_THE RECORDS_
=== Section Start ===

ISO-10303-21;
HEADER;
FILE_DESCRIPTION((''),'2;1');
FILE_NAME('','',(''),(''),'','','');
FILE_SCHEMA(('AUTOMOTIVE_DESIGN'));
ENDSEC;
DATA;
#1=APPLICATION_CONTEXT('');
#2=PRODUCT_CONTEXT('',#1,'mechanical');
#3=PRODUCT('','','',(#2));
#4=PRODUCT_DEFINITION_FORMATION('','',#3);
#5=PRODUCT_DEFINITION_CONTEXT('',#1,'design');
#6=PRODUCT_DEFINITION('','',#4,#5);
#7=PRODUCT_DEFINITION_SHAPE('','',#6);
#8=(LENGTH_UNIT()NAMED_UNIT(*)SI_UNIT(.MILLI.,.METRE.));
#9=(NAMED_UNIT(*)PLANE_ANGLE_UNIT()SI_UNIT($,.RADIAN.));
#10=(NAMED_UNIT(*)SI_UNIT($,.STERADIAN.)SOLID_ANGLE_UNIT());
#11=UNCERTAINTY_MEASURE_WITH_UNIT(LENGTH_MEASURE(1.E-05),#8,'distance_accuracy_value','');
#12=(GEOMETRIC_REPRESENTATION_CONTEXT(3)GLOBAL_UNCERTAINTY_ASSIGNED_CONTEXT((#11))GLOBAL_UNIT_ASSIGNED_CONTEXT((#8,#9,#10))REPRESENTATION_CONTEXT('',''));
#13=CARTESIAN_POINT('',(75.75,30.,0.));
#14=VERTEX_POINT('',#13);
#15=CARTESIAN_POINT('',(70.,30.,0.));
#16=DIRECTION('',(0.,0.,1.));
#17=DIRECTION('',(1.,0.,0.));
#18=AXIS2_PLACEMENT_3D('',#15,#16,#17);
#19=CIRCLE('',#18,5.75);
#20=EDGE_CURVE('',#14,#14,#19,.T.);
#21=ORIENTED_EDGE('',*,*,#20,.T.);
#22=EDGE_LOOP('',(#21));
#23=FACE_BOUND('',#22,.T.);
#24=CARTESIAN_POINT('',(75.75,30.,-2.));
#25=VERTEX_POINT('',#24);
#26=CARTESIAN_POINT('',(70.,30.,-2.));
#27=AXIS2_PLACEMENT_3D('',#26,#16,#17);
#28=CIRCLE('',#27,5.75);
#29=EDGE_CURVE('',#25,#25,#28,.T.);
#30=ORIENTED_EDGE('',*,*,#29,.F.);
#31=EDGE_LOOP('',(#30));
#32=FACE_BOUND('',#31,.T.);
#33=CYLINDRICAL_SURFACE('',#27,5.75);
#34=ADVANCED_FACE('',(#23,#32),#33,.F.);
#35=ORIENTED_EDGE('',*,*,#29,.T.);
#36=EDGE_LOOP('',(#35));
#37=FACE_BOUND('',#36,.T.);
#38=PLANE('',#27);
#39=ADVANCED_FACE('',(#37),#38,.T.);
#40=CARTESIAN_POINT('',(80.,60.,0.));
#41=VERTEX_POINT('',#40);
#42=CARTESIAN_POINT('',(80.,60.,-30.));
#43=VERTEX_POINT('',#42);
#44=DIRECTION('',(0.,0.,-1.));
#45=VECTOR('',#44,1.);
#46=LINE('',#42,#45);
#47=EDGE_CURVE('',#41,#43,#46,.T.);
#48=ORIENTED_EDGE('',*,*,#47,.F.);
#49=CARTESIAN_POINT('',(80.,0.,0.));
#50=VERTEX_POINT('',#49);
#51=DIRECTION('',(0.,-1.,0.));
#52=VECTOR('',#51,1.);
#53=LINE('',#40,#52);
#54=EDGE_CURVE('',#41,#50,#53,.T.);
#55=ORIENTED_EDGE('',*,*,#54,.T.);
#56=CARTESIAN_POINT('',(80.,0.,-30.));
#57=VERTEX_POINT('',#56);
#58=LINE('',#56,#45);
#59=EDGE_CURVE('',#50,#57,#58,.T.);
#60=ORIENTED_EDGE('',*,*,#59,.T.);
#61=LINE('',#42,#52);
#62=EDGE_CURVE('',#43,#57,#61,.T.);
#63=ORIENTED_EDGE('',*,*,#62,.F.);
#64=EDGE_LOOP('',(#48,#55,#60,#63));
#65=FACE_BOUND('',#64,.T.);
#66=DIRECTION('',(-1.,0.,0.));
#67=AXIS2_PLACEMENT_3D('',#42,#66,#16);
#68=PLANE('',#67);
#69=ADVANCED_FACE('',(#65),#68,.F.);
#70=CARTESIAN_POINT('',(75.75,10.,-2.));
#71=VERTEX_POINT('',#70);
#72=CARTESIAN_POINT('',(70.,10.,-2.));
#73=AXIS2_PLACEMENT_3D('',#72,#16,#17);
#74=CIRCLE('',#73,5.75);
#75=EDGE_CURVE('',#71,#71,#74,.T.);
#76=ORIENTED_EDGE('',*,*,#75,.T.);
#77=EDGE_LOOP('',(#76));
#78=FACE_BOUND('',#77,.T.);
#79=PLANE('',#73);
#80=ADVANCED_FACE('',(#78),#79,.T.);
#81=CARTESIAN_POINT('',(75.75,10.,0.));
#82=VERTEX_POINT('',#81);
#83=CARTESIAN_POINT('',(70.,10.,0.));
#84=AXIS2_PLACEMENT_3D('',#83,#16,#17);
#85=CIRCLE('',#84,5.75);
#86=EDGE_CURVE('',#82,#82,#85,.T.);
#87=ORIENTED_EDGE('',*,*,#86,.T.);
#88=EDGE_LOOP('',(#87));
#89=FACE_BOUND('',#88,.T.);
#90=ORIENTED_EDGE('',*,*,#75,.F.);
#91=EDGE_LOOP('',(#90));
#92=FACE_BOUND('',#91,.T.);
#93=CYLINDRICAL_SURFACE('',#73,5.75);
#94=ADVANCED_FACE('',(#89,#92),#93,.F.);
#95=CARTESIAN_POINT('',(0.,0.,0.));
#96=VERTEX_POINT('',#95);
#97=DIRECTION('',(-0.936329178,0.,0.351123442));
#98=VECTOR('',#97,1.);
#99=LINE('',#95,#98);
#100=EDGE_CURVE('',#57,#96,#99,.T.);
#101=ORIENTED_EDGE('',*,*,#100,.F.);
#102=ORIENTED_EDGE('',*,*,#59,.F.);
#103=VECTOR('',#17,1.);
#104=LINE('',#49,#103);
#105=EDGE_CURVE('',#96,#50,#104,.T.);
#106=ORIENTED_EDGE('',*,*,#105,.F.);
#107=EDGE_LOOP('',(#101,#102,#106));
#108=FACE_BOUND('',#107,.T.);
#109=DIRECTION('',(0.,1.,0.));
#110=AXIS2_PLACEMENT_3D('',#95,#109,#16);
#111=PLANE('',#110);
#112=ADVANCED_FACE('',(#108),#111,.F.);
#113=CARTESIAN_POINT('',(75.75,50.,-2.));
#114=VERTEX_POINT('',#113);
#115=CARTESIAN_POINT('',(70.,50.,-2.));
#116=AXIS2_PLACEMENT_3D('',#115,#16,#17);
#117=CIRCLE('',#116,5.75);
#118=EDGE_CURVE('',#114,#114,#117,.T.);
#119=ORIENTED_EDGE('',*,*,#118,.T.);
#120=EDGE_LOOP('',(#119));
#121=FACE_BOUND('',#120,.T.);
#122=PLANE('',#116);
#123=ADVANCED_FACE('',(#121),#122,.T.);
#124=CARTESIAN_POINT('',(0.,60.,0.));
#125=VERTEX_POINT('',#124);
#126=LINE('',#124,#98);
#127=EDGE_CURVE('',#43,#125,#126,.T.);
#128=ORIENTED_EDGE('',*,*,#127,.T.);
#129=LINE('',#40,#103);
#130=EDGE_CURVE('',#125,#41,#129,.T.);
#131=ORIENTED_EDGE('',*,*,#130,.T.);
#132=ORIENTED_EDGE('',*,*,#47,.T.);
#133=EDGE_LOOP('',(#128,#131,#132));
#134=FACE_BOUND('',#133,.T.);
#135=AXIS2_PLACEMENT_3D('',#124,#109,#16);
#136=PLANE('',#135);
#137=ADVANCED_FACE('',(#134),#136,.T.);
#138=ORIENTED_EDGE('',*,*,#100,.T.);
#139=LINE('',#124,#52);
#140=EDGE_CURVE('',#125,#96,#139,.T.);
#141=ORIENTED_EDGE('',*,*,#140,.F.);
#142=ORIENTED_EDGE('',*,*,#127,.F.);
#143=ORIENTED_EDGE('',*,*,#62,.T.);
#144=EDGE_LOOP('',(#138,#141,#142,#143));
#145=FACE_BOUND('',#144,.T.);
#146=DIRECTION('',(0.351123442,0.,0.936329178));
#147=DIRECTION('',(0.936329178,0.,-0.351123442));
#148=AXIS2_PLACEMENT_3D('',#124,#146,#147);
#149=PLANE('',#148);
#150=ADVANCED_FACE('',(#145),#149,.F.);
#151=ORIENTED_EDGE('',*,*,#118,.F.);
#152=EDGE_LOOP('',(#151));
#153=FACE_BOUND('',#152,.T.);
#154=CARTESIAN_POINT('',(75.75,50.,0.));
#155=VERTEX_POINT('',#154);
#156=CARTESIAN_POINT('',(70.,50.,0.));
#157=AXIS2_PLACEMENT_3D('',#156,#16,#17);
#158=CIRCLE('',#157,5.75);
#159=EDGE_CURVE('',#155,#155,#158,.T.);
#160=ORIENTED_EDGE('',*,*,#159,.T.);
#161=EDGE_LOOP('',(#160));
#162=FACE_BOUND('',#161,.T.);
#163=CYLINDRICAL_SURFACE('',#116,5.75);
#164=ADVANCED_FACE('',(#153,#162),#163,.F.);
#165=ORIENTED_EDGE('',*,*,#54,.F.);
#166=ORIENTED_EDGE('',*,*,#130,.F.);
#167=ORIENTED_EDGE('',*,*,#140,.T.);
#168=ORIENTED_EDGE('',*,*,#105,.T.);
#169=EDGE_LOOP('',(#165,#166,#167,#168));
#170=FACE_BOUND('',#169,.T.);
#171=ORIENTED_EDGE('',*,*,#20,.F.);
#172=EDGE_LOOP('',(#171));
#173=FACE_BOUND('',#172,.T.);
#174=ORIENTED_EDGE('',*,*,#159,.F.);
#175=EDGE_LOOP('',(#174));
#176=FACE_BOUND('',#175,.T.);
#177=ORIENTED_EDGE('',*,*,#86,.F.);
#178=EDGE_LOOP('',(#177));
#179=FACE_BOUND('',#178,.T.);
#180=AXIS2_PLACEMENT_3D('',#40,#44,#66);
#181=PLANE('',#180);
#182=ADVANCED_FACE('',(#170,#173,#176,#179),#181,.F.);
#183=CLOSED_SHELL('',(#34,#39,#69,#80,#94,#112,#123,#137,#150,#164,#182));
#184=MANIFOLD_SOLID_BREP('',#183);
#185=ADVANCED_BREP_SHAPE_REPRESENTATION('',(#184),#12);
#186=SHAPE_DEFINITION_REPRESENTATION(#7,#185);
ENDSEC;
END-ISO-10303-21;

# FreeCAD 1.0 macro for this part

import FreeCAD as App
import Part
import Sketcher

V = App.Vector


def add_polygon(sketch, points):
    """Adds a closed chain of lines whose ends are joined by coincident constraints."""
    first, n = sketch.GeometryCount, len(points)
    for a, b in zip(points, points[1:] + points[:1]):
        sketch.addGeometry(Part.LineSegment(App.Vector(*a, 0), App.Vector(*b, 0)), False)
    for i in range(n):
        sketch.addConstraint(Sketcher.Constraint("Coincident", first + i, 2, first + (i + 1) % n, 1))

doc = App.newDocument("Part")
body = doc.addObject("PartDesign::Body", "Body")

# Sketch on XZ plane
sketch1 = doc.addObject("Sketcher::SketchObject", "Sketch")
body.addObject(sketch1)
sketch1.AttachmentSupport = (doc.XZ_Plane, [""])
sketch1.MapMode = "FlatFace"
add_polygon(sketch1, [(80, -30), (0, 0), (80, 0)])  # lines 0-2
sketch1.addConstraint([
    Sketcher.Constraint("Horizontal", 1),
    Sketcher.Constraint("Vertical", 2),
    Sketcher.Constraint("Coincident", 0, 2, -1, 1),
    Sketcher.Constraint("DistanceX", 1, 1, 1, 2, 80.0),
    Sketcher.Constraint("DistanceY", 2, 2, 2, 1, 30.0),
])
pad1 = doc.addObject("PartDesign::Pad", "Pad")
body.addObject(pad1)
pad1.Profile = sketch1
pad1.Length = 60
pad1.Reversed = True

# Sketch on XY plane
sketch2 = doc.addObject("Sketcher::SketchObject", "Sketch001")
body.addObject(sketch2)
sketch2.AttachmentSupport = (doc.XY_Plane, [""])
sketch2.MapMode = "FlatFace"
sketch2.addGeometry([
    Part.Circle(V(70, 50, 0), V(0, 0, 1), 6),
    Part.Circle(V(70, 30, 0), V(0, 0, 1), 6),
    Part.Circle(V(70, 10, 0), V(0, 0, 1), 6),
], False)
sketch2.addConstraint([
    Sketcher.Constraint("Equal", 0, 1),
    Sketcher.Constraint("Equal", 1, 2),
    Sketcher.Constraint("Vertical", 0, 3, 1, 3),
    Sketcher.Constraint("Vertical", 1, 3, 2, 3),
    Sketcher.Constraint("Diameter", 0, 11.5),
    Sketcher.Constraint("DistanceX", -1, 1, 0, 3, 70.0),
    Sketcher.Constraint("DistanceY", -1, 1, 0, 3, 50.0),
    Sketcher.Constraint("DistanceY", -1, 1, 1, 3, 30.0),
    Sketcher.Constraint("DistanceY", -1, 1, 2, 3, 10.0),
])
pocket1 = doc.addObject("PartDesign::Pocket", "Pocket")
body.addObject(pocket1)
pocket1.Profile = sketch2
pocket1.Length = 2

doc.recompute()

=== Section End ===

_TASK OBJECTIVE_
All lines in the listing above from the line containing "#49=CARTESIAN_POINT('',(80.,0.,0.));" to the line containing "#80=ADVANCED_FACE('',(#78),#79,.T.);", inclusive, should be retyped exactly; no other lines should appear.

_RESPONSE_
#49=CARTESIAN_POINT('',(80.,0.,0.));
#50=VERTEX_POINT('',#49);
#51=DIRECTION('',(0.,-1.,0.));
#52=VECTOR('',#51,1.);
#53=LINE('',#40,#52);
#54=EDGE_CURVE('',#41,#50,#53,.T.);
#55=ORIENTED_EDGE('',*,*,#54,.T.);
#56=CARTESIAN_POINT('',(80.,0.,-30.));
#57=VERTEX_POINT('',#56);
#58=LINE('',#56,#45);
#59=EDGE_CURVE('',#50,#57,#58,.T.);
#60=ORIENTED_EDGE('',*,*,#59,.T.);
#61=LINE('',#42,#52);
#62=EDGE_CURVE('',#43,#57,#61,.T.);
#63=ORIENTED_EDGE('',*,*,#62,.F.);
#64=EDGE_LOOP('',(#48,#55,#60,#63));
#65=FACE_BOUND('',#64,.T.);
#66=DIRECTION('',(-1.,0.,0.));
#67=AXIS2_PLACEMENT_3D('',#42,#66,#16);
#68=PLANE('',#67);
#69=ADVANCED_FACE('',(#65),#68,.F.);
#70=CARTESIAN_POINT('',(75.75,10.,-2.));
#71=VERTEX_POINT('',#70);
#72=CARTESIAN_POINT('',(70.,10.,-2.));
#73=AXIS2_PLACEMENT_3D('',#72,#16,#17);
#74=CIRCLE('',#73,5.75);
#75=EDGE_CURVE('',#71,#71,#74,.T.);
#76=ORIENTED_EDGE('',*,*,#75,.T.);
#77=EDGE_LOOP('',(#76));
#78=FACE_BOUND('',#77,.T.);
#79=PLANE('',#73);
#80=ADVANCED_FACE('',(#78),#79,.T.);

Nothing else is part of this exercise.